Ms Follett: They are a generator, for one thing. There is a bit of a difference.

MR HUMPHRIES: What is it about micro-economic reform that sends the Government into a frenzied lather of opposition?

MR CONNOLLY: Madam Speaker, the local Liberals seem to be obsessed today with what is going on in Victoria. Given the woefulness of the Victorian Liberal Opposition, perhaps this lot would do better. But we are not in Victoria; we are in Canberra. Mr Humphries asked: Is there any difference between ACTEW and the Victorian position? The Chief Minister very quickly interjected that there is a slight difference, in that they have a massive power generation facility, which we do not have. ACTEW operates as a distributor of power which it purchases.

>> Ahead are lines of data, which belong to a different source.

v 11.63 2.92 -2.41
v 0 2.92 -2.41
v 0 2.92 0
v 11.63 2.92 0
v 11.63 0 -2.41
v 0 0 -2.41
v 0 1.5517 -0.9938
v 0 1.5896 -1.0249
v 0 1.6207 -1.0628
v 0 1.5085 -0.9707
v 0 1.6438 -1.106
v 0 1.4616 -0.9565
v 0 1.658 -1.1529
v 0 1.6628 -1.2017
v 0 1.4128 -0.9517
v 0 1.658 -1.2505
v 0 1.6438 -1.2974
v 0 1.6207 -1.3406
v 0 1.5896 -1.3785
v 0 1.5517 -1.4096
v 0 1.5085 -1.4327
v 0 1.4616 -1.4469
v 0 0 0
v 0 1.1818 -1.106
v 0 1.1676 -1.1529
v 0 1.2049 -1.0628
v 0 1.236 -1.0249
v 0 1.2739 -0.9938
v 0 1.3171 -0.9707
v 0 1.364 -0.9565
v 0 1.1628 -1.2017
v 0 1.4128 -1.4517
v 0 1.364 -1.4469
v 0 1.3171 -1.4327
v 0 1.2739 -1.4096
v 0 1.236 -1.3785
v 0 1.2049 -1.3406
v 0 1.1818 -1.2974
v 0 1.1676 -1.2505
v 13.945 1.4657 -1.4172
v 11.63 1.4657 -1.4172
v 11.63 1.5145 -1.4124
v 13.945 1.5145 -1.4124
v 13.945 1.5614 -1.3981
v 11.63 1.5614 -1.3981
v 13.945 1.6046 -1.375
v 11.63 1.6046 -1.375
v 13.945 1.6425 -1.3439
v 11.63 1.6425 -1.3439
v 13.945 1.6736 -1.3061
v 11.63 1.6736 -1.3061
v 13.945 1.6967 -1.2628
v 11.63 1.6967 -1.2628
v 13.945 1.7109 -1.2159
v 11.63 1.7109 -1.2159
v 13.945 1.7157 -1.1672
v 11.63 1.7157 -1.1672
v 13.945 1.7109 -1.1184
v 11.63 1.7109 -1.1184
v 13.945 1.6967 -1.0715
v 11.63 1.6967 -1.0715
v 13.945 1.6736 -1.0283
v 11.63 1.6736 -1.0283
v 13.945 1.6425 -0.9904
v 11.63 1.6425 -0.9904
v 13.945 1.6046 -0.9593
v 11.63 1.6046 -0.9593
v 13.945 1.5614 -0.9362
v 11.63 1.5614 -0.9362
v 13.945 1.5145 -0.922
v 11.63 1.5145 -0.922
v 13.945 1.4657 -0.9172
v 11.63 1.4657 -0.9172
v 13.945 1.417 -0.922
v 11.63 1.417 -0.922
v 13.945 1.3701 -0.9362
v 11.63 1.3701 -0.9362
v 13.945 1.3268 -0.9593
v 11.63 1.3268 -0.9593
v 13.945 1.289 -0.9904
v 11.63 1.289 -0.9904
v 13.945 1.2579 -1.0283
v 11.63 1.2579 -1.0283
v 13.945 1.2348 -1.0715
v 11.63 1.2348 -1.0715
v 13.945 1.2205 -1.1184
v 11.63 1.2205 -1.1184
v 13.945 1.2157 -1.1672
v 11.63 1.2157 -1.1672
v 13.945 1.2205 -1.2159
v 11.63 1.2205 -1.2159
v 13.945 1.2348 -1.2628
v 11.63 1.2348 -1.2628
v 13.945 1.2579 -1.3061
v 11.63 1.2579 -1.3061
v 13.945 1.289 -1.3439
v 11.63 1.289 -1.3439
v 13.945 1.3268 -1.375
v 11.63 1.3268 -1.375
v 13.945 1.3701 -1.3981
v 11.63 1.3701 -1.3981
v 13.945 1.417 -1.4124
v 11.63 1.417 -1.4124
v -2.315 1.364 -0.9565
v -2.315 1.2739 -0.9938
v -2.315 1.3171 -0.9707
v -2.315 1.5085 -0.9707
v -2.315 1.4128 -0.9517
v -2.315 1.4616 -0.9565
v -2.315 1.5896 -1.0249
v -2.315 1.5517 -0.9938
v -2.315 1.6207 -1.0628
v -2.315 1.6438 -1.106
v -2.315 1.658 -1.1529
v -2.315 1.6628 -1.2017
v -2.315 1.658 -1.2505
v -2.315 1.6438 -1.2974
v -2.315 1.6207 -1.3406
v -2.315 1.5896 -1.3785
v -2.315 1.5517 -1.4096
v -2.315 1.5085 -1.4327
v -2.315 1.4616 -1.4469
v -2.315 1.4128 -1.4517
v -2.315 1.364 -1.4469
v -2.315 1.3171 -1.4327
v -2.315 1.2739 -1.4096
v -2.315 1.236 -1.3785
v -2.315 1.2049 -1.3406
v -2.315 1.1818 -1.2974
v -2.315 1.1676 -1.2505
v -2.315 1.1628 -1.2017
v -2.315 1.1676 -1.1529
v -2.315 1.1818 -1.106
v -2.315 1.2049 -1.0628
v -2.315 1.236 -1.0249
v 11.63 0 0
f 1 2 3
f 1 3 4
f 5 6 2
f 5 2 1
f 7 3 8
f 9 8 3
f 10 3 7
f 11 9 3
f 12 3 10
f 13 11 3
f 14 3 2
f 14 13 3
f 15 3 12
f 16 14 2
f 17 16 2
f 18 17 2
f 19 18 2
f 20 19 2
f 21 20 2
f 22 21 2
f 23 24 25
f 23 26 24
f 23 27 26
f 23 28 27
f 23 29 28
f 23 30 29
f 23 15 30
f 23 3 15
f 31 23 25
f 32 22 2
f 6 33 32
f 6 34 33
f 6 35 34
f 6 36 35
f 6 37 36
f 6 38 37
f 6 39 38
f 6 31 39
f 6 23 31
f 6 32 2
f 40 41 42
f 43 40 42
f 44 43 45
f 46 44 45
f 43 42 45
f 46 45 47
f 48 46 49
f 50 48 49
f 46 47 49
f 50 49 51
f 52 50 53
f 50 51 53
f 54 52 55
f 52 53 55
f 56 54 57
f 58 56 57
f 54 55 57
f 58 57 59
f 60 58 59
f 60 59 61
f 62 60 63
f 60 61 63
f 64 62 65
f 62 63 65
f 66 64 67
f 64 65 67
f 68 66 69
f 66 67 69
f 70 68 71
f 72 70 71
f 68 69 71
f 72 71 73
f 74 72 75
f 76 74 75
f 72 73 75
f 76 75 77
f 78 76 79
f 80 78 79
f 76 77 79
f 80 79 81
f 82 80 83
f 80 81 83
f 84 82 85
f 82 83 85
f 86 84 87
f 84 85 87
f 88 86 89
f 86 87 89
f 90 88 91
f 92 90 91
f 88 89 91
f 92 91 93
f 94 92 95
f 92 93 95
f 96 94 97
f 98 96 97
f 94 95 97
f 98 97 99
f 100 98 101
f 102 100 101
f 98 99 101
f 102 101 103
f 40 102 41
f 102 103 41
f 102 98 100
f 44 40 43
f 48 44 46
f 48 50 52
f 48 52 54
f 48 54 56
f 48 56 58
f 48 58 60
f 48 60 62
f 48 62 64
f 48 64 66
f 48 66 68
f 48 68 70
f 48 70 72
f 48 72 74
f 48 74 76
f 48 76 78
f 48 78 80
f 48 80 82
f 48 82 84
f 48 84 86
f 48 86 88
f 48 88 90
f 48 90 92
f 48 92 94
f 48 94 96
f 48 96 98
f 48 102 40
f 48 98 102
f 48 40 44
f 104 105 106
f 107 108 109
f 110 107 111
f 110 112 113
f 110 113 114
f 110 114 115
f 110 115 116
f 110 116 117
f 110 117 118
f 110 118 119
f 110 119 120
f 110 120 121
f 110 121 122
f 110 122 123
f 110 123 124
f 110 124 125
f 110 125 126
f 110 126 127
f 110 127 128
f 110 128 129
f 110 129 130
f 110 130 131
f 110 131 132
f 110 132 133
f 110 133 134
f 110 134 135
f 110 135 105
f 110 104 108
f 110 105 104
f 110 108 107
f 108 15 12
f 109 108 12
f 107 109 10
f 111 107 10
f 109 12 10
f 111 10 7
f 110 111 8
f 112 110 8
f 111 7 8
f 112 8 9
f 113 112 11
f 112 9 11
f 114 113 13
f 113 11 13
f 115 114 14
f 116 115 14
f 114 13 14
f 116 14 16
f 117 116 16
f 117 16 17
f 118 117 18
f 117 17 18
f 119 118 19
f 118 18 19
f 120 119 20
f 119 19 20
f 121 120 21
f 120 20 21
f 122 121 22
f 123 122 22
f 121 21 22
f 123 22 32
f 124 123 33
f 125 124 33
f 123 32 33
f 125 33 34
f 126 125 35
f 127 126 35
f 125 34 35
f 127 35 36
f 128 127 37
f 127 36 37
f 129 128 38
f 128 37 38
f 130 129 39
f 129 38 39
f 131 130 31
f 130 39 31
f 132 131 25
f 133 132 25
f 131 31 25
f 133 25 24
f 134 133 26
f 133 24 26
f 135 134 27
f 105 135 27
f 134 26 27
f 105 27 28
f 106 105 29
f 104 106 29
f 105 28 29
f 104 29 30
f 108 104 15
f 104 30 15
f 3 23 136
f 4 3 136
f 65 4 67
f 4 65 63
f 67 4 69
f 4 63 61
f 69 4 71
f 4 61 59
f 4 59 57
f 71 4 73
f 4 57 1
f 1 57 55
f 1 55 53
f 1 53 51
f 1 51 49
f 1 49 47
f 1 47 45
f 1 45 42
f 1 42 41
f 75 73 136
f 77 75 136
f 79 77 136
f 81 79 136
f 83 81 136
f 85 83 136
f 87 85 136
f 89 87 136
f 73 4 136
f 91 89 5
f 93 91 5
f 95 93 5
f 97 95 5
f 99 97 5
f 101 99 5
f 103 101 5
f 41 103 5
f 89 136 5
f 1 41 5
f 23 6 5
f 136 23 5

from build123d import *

# Parameters (mm, degrees)
SKETCH1_W           = 11.63
SKETCH1_H           = 2.41
BOSS_EXTRUDE1_DEPTH = 2.92
SKETCH2_R           = 0.25
BOSS_EXTRUDE2_DEPTH = 2.315
SKETCH3_R           = 0.25
BOSS_EXTRUDE3_DEPTH = 2.315


with BuildPart() as part:
    # Sketch1 → Boss-Extrude1 (new body)
    with BuildSketch(Plane(origin=(0, 0, 0), x_dir=(1, 0, 0), z_dir=(0, 1, 0))):
        with Locations((5.815, 1.205)):
            Rectangle(SKETCH1_W, SKETCH1_H)
    extrude(amount=BOSS_EXTRUDE1_DEPTH)

    # Sketch2 → Boss-Extrude2 (add)
    with BuildSketch(Plane(origin=(11.63, 0, 0), x_dir=(0, 0, -1), z_dir=(1, 0, 0))):
        with Locations((1.167158441, 1.465733238)):
            Circle(SKETCH2_R)
    extrude(amount=BOSS_EXTRUDE2_DEPTH)

    # Sketch3 → Boss-Extrude3 (add)
    with BuildSketch(Plane.ZY):
        with Locations((-1.201708257, 1.412791091)):
            Circle(SKETCH3_R)
    extrude(amount=BOSS_EXTRUDE3_DEPTH)


solid = part.part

Madam Speaker, ACTEW is an organisation which is extraordinarily efficient. In a publication late last year the Australian Association of Power Authorities - I think that is the correct name of the body - the umbrella body that covers power generation and reticulation authorities in Australia, provided an efficiency chart which showed that ACTEW delivers power to the consumer in Canberra at the lowest price in Australia and that ACTEW's rate of return to government, the return that government gets on its investment, is the highest in Australia. That was based on the previous year's ACTEW budget and, as members would be aware, last year the ACTEW dividend was increased. So, not only does it continue to supply power to the householder at the lowest rate in Australia but also its dividend - its return to investors, the ratepayers - is higher than anywhere else in Australia. It is a very efficient body.